THE PROBLEM
Copy verbatim the material from its first line to the line that holds "Circle(SKETCH3_R)", including that line.

SUPPLIED ENTRIES
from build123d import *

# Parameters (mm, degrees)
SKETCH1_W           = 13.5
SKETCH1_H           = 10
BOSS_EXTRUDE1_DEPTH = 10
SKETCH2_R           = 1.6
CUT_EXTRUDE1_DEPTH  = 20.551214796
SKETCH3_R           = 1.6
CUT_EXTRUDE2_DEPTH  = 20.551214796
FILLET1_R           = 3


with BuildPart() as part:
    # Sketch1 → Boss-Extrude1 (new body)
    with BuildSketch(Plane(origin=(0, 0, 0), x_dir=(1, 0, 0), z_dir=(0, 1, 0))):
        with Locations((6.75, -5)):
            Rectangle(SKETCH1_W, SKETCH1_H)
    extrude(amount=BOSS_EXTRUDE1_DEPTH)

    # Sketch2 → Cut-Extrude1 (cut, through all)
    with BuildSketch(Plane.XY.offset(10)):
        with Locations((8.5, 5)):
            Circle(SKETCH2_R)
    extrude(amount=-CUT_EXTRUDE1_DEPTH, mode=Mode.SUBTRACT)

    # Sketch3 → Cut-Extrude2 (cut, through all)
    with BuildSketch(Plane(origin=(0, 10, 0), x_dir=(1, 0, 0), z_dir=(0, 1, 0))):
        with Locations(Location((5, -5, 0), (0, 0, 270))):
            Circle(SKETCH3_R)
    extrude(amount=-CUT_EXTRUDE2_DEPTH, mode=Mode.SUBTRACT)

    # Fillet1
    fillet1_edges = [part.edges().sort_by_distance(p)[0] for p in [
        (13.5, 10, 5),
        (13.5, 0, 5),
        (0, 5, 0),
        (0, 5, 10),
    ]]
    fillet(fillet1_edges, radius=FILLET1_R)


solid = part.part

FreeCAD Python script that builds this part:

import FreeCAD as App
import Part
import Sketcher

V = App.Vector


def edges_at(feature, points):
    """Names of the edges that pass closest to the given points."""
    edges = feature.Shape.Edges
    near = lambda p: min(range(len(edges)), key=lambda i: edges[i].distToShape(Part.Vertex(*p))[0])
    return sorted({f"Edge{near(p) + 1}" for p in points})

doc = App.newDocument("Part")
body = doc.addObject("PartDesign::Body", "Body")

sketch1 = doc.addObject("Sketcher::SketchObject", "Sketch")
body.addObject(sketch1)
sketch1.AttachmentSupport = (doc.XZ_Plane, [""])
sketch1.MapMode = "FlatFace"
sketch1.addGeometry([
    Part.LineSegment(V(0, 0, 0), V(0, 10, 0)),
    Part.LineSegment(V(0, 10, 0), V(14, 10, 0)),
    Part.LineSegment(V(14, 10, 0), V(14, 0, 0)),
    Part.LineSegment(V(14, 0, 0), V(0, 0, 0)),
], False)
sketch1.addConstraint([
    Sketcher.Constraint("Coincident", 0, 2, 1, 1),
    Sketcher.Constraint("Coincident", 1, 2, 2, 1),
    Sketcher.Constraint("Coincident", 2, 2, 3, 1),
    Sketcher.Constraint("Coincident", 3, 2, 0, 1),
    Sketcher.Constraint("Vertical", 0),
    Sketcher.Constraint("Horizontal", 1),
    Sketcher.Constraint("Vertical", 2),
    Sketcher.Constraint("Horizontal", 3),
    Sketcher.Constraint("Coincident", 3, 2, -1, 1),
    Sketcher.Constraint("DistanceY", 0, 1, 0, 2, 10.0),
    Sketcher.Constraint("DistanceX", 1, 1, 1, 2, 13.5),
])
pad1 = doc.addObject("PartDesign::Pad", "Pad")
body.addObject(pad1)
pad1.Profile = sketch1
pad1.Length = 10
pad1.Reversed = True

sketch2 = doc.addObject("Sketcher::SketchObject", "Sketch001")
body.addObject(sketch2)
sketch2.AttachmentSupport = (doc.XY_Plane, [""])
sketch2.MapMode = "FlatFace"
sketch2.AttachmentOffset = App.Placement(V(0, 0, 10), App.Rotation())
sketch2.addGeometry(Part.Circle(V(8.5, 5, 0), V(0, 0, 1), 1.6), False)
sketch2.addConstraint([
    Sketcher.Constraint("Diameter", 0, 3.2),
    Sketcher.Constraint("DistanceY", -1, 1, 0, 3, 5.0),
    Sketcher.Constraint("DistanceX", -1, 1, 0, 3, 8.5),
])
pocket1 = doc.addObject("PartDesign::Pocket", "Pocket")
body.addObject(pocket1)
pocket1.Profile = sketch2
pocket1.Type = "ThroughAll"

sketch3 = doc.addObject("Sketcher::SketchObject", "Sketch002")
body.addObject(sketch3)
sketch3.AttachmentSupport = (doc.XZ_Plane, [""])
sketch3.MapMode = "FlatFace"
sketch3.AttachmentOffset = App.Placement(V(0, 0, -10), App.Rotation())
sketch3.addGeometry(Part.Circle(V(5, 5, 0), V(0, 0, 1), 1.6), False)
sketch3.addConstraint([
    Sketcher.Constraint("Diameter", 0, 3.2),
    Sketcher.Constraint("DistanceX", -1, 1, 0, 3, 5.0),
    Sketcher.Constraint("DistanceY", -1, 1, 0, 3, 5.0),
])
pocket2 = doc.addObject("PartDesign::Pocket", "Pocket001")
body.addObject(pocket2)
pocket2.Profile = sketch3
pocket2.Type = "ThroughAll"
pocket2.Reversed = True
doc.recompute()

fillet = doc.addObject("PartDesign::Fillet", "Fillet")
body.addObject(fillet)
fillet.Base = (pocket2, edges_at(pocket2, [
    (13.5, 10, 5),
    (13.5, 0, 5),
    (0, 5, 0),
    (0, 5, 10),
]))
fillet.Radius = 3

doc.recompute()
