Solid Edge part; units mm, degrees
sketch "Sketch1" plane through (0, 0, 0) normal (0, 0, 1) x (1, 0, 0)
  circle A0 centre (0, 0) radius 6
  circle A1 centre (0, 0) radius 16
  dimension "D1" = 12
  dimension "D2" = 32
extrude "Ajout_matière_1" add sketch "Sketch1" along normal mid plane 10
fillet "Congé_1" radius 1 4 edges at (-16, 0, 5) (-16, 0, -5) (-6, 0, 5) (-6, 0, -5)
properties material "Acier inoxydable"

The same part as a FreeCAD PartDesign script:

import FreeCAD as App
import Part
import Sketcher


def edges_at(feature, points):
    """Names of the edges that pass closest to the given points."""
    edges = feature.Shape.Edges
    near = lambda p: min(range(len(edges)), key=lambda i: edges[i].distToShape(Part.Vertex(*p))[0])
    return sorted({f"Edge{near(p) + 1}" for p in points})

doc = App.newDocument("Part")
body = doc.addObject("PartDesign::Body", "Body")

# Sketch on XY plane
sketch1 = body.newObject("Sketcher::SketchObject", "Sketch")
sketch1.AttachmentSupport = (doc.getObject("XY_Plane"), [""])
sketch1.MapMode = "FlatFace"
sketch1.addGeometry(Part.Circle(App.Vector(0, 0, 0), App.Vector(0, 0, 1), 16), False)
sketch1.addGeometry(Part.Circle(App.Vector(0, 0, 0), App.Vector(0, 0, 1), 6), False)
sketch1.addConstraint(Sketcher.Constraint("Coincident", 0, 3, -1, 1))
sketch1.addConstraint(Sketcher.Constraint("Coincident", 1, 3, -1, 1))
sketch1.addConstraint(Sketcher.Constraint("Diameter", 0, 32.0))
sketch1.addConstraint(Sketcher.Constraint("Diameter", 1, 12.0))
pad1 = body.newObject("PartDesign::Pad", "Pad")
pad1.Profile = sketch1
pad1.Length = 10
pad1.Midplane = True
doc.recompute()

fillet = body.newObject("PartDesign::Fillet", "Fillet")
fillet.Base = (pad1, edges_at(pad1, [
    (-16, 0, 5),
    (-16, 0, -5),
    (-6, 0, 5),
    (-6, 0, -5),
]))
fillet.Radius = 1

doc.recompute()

TASK SOLUTION
from build123d import *

# Parameters (mm, degrees)
SKETCH1_W           = 13.5
SKETCH1_H           = 10
BOSS_EXTRUDE1_DEPTH = 10
SKETCH2_R           = 1.6
CUT_EXTRUDE1_DEPTH  = 20.551214796
SKETCH3_R           = 1.6
CUT_EXTRUDE2_DEPTH  = 20.551214796
FILLET1_R           = 3


with BuildPart() as part:
    # Sketch1 → Boss-Extrude1 (new body)
    with BuildSketch(Plane(origin=(0, 0, 0), x_dir=(1, 0, 0), z_dir=(0, 1, 0))):
        with Locations((6.75, -5)):
            Rectangle(SKETCH1_W, SKETCH1_H)
    extrude(amount=BOSS_EXTRUDE1_DEPTH)

    # Sketch2 → Cut-Extrude1 (cut, through all)
    with BuildSketch(Plane.XY.offset(10)):
        with Locations((8.5, 5)):
            Circle(SKETCH2_R)
    extrude(amount=-CUT_EXTRUDE1_DEPTH, mode=Mode.SUBTRACT)

    # Sketch3 → Cut-Extrude2 (cut, through all)
    with BuildSketch(Plane(origin=(0, 10, 0), x_dir=(1, 0, 0), z_dir=(0, 1, 0))):
        with Locations(Location((5, -5, 0), (0, 0, 270))):
            Circle(SKETCH3_R)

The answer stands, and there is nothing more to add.